In the previous post, Whom Are You Delivering To?, we pondered some questions about service delivery. Those questions can bring about some clarity and stimulate improvement.
Now imagine someone who delivers to you did the same to understand their service delivery. How would that help you?
Jack was considering a new project. One of his options would involve some eCommerce functionality.
It turned out another business group in his company had already delivered something similar. That group’s codebase was well-refactored and included a service layer and API Jack could reuse. Two products were already using the API. Jack would only need a few new features built and exposed through the API.
Jack’s project success would depend on the eCommerce team’s delivery.
The team had a reasonably deep Kanban method implementation. They understood the two-point commit, measured their flow and drilled lead times by work item type. They could forecast their delivery.
Jack said, 90% delivery guarantee in 20 days? I can contemplate making promises to my customers based on that. (Jack’s group would have to include their own value-adding work into their delivery estimate.)
This story didn’t have a happy end. Jack’s project had another dependency.
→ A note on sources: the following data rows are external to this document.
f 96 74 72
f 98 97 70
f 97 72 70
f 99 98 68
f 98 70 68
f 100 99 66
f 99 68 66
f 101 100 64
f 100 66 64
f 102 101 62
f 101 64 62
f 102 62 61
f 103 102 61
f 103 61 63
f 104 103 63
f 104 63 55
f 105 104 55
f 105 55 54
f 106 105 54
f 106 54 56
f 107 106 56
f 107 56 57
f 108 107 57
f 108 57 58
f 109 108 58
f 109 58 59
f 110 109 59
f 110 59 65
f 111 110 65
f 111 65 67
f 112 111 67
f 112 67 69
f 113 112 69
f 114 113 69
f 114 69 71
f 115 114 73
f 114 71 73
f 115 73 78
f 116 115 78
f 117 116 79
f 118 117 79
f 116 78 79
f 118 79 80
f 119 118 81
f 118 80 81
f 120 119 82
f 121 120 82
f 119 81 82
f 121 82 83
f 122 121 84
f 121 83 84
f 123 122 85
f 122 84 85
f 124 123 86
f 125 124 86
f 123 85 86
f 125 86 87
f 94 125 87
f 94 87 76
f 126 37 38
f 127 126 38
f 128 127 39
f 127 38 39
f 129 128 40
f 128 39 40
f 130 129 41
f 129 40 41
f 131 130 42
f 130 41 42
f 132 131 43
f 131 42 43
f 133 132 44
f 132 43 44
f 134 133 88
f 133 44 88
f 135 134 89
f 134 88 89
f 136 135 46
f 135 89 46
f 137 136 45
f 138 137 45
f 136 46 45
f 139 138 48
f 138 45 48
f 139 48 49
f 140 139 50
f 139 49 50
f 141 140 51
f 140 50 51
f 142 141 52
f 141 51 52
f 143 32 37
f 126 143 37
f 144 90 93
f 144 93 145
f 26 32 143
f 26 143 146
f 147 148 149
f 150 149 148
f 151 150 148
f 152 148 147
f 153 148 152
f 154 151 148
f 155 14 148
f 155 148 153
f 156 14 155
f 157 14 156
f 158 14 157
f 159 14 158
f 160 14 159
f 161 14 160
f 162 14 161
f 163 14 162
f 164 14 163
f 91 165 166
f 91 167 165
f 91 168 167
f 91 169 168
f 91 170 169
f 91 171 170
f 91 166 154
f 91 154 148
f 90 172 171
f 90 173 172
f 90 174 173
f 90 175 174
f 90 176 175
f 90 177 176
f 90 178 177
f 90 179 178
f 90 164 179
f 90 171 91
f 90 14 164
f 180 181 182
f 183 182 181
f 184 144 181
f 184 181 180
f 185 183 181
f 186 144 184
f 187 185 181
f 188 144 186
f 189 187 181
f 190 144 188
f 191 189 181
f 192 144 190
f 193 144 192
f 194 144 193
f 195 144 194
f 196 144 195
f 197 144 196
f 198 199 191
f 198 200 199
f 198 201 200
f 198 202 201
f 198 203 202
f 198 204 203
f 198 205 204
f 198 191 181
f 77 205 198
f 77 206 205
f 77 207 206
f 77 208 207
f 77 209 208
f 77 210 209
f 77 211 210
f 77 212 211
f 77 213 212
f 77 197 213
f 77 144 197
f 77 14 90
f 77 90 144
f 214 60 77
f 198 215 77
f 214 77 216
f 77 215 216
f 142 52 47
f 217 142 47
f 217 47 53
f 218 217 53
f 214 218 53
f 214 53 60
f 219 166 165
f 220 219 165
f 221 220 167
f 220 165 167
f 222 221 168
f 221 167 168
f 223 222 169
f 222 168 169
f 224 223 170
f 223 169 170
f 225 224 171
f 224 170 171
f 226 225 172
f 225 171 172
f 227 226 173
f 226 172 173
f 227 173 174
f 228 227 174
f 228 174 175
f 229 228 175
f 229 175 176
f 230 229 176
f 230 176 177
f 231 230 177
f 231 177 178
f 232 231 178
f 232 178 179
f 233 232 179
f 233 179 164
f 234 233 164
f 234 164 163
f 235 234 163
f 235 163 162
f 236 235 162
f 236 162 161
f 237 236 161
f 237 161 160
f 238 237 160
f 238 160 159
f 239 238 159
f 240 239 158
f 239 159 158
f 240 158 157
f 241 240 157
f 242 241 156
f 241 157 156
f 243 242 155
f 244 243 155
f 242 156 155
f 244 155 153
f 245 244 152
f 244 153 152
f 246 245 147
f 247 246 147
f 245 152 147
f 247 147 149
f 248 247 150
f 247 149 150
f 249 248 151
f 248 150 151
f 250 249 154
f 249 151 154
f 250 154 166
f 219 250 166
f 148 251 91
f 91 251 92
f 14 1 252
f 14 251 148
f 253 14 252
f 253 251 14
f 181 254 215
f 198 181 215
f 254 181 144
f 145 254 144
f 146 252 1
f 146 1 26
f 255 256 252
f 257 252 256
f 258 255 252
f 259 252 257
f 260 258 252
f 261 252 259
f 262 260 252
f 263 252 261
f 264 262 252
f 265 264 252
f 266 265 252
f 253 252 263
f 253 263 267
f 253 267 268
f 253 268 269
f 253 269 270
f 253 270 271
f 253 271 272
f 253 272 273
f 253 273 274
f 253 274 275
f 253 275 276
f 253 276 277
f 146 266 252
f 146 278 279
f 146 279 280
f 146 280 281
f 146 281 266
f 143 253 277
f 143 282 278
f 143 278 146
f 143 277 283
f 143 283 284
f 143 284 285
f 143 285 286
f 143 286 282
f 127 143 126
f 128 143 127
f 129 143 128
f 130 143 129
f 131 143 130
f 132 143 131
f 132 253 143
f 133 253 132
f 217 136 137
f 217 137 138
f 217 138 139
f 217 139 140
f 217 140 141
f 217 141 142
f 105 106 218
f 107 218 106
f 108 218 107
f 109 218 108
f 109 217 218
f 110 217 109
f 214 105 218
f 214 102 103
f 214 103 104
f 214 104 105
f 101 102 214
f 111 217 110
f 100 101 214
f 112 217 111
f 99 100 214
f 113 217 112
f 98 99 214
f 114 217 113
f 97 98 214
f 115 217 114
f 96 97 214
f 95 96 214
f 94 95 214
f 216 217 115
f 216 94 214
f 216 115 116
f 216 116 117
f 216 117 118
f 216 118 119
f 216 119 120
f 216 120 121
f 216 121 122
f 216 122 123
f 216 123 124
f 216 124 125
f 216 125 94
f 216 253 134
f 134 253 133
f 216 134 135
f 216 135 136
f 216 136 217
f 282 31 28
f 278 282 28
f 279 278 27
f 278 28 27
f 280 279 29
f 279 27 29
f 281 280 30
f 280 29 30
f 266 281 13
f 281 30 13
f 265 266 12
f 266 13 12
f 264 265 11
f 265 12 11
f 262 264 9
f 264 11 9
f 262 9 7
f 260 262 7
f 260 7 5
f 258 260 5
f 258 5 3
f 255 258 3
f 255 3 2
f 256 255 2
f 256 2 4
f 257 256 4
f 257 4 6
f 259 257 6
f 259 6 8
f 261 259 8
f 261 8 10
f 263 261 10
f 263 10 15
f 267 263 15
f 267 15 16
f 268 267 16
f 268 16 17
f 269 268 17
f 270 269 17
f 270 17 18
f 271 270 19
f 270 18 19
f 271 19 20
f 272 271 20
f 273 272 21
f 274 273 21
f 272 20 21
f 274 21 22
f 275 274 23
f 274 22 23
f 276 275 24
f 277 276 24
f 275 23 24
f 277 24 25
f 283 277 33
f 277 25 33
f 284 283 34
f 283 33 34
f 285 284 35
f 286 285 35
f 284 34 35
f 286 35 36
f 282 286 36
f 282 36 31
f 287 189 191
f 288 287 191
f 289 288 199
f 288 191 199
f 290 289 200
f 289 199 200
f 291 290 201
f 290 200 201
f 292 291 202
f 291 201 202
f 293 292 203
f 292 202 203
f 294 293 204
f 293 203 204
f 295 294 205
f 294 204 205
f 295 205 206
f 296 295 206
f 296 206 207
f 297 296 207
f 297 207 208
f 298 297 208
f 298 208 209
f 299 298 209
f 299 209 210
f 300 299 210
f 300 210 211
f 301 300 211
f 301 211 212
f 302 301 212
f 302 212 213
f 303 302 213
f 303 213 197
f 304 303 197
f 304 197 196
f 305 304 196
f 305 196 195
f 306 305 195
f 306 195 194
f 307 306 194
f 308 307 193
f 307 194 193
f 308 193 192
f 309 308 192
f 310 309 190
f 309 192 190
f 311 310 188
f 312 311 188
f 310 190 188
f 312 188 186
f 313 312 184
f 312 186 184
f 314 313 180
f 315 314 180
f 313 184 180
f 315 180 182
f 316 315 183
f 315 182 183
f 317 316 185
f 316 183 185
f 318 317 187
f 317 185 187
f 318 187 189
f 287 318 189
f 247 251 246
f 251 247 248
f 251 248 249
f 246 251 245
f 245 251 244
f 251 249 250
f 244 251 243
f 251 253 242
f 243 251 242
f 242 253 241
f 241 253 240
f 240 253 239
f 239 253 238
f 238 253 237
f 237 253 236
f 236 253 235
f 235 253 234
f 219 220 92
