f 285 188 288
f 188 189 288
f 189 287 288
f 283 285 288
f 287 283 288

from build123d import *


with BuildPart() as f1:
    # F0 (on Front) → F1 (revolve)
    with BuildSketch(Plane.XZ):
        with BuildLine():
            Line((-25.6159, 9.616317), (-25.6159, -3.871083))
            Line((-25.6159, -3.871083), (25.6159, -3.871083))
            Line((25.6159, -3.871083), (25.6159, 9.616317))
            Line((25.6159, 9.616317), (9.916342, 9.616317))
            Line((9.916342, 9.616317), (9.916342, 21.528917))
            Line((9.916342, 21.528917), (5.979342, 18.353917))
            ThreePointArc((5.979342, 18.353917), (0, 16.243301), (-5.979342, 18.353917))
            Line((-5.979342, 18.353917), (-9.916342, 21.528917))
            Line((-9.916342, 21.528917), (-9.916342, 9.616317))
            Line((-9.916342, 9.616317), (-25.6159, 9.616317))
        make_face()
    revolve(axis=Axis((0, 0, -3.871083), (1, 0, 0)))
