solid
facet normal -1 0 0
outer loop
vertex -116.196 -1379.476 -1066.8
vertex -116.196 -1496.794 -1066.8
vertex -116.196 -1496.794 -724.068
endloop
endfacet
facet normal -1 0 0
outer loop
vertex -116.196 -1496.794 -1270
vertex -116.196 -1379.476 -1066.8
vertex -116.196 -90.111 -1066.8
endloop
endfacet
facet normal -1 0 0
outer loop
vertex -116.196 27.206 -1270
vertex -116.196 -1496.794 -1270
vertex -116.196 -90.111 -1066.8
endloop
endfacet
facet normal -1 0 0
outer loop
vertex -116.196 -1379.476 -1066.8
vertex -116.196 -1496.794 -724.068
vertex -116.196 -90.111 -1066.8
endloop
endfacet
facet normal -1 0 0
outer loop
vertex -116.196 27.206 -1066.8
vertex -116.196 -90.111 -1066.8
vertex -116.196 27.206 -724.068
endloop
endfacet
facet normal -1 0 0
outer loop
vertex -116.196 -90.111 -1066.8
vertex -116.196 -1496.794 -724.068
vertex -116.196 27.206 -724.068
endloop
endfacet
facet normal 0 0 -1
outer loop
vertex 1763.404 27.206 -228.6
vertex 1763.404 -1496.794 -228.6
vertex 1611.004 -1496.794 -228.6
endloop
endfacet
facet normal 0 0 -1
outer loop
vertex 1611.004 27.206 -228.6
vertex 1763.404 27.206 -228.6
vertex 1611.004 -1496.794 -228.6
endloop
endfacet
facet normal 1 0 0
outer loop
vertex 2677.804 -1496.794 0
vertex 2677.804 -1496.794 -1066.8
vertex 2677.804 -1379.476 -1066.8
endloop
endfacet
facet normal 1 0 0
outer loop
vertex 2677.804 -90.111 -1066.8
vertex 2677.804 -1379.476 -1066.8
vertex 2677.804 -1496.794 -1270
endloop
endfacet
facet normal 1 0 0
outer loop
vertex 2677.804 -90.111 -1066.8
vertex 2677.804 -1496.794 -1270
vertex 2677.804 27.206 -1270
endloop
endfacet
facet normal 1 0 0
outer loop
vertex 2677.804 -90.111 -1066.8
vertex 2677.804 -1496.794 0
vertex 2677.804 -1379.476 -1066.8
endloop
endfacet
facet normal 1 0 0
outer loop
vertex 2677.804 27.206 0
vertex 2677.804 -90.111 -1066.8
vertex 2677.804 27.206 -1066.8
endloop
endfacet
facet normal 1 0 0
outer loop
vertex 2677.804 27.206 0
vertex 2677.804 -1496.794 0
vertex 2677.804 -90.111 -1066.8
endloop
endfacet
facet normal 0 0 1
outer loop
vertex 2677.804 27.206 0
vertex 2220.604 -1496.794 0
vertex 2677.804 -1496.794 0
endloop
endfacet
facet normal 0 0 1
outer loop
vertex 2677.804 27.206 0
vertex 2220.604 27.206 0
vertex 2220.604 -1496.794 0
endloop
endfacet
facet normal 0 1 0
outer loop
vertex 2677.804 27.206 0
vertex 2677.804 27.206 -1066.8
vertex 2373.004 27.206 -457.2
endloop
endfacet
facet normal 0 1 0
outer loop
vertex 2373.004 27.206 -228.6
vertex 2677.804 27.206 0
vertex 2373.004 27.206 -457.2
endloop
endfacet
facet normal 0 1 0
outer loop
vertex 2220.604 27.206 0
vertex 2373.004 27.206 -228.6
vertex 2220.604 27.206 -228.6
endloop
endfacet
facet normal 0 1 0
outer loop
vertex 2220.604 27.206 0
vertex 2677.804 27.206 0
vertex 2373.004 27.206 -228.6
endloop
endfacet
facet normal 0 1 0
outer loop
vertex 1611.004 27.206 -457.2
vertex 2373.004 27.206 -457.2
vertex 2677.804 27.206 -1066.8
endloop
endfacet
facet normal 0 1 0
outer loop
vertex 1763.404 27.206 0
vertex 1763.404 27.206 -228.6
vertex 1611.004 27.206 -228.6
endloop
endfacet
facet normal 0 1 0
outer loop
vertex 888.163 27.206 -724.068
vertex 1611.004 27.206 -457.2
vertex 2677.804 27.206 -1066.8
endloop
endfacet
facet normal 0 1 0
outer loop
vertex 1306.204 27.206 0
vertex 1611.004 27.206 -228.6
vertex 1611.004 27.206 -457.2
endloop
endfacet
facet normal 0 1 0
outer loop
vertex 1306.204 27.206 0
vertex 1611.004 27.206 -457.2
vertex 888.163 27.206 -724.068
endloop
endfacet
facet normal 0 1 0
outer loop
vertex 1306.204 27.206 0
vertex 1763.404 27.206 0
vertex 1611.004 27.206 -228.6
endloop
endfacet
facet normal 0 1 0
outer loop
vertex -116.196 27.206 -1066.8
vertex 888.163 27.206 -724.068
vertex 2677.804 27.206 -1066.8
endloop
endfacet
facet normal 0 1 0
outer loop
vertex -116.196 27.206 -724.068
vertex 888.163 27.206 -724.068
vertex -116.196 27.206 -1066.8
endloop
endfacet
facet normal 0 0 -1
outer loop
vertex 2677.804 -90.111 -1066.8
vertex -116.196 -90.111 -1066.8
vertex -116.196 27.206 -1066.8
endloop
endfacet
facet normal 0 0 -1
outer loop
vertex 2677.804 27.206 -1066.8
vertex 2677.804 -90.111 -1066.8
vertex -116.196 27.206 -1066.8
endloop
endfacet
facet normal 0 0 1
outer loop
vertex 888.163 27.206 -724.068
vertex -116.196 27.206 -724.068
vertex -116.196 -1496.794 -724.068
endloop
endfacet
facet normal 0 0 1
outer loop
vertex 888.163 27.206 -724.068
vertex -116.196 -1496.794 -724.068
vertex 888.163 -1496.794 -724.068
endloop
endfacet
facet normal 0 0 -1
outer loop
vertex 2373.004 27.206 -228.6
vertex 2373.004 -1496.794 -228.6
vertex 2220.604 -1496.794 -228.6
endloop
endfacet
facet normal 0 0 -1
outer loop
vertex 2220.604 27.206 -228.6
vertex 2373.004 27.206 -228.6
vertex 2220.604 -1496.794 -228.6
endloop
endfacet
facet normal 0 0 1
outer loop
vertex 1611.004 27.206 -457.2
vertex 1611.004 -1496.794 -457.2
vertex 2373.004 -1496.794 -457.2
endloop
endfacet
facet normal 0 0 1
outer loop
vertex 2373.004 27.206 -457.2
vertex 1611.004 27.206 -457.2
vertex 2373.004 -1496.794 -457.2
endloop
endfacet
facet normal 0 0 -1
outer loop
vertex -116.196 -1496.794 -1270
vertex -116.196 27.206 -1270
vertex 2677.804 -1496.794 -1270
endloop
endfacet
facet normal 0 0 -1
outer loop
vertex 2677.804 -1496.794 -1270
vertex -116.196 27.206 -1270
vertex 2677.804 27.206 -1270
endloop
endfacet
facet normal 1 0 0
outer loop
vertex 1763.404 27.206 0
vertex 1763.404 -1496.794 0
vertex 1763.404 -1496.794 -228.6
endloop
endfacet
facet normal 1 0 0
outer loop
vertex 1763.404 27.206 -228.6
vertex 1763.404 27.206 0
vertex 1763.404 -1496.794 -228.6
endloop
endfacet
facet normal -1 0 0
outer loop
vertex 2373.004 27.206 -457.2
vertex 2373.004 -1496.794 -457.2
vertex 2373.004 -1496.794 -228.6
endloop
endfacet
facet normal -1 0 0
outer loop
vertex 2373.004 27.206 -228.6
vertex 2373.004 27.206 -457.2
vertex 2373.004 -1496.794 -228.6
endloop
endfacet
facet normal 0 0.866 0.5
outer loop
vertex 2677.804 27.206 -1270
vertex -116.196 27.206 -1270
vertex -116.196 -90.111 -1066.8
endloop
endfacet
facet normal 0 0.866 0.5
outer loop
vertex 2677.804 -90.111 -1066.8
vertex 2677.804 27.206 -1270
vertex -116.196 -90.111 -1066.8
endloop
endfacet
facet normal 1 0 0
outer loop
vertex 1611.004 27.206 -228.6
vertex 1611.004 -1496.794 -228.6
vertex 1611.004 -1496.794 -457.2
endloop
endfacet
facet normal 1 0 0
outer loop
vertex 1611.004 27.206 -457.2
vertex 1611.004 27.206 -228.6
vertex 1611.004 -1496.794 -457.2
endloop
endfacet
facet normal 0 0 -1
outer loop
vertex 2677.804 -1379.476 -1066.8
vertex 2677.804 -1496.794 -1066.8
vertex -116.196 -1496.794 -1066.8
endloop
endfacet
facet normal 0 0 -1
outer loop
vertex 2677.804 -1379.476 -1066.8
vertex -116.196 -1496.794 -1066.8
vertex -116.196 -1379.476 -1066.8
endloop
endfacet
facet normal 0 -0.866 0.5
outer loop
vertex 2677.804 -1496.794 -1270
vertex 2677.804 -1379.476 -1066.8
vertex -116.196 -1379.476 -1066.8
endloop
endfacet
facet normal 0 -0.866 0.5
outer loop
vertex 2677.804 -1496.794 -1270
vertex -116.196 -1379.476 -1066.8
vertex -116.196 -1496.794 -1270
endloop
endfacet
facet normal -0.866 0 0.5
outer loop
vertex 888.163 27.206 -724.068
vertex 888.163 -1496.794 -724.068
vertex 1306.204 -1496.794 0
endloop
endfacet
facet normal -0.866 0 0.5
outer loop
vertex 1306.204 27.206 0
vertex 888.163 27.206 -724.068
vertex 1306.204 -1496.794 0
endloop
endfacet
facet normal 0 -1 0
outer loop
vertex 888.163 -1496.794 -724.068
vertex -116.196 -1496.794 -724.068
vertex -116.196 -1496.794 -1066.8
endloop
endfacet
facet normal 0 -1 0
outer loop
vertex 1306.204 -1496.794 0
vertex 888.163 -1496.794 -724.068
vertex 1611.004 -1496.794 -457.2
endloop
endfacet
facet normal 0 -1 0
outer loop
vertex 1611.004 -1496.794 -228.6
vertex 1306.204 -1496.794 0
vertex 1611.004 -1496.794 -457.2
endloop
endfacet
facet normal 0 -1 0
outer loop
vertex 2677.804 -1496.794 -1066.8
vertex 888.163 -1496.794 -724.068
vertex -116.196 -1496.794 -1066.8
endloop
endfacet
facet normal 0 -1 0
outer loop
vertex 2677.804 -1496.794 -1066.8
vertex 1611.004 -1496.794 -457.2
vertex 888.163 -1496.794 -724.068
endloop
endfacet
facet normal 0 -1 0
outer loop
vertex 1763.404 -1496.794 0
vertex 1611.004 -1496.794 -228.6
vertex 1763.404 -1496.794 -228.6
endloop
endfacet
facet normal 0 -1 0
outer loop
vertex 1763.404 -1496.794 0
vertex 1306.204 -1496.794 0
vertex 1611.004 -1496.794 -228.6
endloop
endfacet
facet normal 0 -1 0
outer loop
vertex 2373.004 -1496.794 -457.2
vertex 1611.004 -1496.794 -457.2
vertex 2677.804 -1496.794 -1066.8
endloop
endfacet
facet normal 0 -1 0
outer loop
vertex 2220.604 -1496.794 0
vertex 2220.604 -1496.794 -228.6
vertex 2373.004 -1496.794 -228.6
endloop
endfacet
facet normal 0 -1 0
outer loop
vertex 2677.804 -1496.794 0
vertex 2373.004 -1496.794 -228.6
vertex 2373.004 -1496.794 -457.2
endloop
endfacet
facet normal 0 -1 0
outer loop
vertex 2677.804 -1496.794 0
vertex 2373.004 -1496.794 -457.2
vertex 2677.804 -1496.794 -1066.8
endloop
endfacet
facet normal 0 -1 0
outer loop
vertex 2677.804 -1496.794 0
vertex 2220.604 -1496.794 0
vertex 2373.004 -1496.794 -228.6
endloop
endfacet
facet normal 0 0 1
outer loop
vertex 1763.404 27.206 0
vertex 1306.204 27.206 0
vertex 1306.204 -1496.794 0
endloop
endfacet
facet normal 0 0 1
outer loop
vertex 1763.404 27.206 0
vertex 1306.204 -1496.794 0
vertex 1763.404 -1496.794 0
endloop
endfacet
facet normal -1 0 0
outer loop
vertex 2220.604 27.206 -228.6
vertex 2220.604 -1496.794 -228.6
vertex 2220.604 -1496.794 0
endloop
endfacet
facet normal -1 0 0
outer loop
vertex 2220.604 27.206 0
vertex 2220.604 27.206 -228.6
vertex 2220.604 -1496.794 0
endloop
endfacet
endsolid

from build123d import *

# Parameters (mm, degrees)
F0_W     = 457.2
F0_H     = 1524
F0_W_2   = 1422.4
F1_DEPTH = 1270
F3_DEPTH = 1524.001
F5_DEPTH = 2794.001
F6_DEPTH = 2794.001
F8_DEPTH = 1524.001


with BuildPart() as f1:
    # F0 (on Top) → F1 (new body)
    with BuildSketch(Plane.XY):
        with Locations((2449.204493, -734.793674)):
            Rectangle(F0_W, F0_H)
        with Locations((1992.004493, -734.793674)):
            Rectangle(F0_W, F0_H)
        with Locations((1534.804493, -734.793674)):
            Rectangle(F0_W, F0_H)
        with Locations((595.004493, -734.793674)):
            Rectangle(F0_W_2, F0_H)
    extrude(amount=-F1_DEPTH)

    # F2 (on face) → F3 (cut, through all)
    with BuildSketch(Plane.XZ.offset(1496.793674)):
        Polygon((2220.604493, -228.6), (2220.604493, 0), (1763.404493, 0), (1763.404493, -228.6), (1611.004493, -228.6), (1611.004493, -457.2), (2373.004493, -457.2), (2373.004493, -228.6), align=None)
    extrude(amount=-F3_DEPTH, mode=Mode.SUBTRACT)

    # F4 (on face) → F5 (cut, through all)
    with BuildSketch(Plane(origin=(-116.195507, 0, 0), x_dir=(0, -1, 0), z_dir=(-1, 0, 0))):
        Polygon((-27.206326, -1066.8), (-27.206326, -1270), (90.111249, -1066.8), align=None)
    extrude(amount=-F5_DEPTH, mode=Mode.SUBTRACT)

    # F4 (on face) → F6 (cut, through all)
    with BuildSketch(Plane(origin=(-116.195507, 0, 0), x_dir=(0, -1, 0), z_dir=(-1, 0, 0))):
        Polygon((1379.476099, -1066.8), (1496.793674, -1270), (1496.793674, -1066.8), align=None)
    extrude(amount=-F6_DEPTH, mode=Mode.SUBTRACT)

    # F7 (on face) → F8 (cut, through all)
    with BuildSketch(Plane.XZ.offset(1496.793674)):
        Polygon((888.163439, -724.068344), (1306.204493, 0), (-116.195507, 0), (-116.195507, -724.068344), align=None)
    extrude(amount=-F8_DEPTH, mode=Mode.SUBTRACT)


solid = f1.part
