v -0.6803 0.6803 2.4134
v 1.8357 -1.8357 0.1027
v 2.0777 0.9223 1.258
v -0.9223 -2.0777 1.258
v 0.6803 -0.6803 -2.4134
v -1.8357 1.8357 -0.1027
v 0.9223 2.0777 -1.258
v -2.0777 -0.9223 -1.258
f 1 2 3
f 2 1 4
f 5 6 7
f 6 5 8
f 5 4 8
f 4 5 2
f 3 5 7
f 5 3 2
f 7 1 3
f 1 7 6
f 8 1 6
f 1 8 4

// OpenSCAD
// rotation around an arbitrary axis
rotate(a = 33, v = [1, 1, 0]) cube(3, center = true);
The group providing it was different. All they could “forecast” was, their Product Owner would still be prioritizing the backlog where Jack’s API requests would be among hundreds of user stories. Jack couldn’t trust their delivery. He had to make a more expensive make-versus-buy decision.
Some Questions to Ask
- Who is delivering to you?
- Do they know about it?
- Do they know your delivery expectations?
- Do they measure their delivery capability with your expectations in mind? (E.g. if you expect a fast turnaround and they measure velocity, answer No, you’re measuring different things.)
- If there is a gap between their capabilities and your needs, what can they do to close it?
- Can you help them?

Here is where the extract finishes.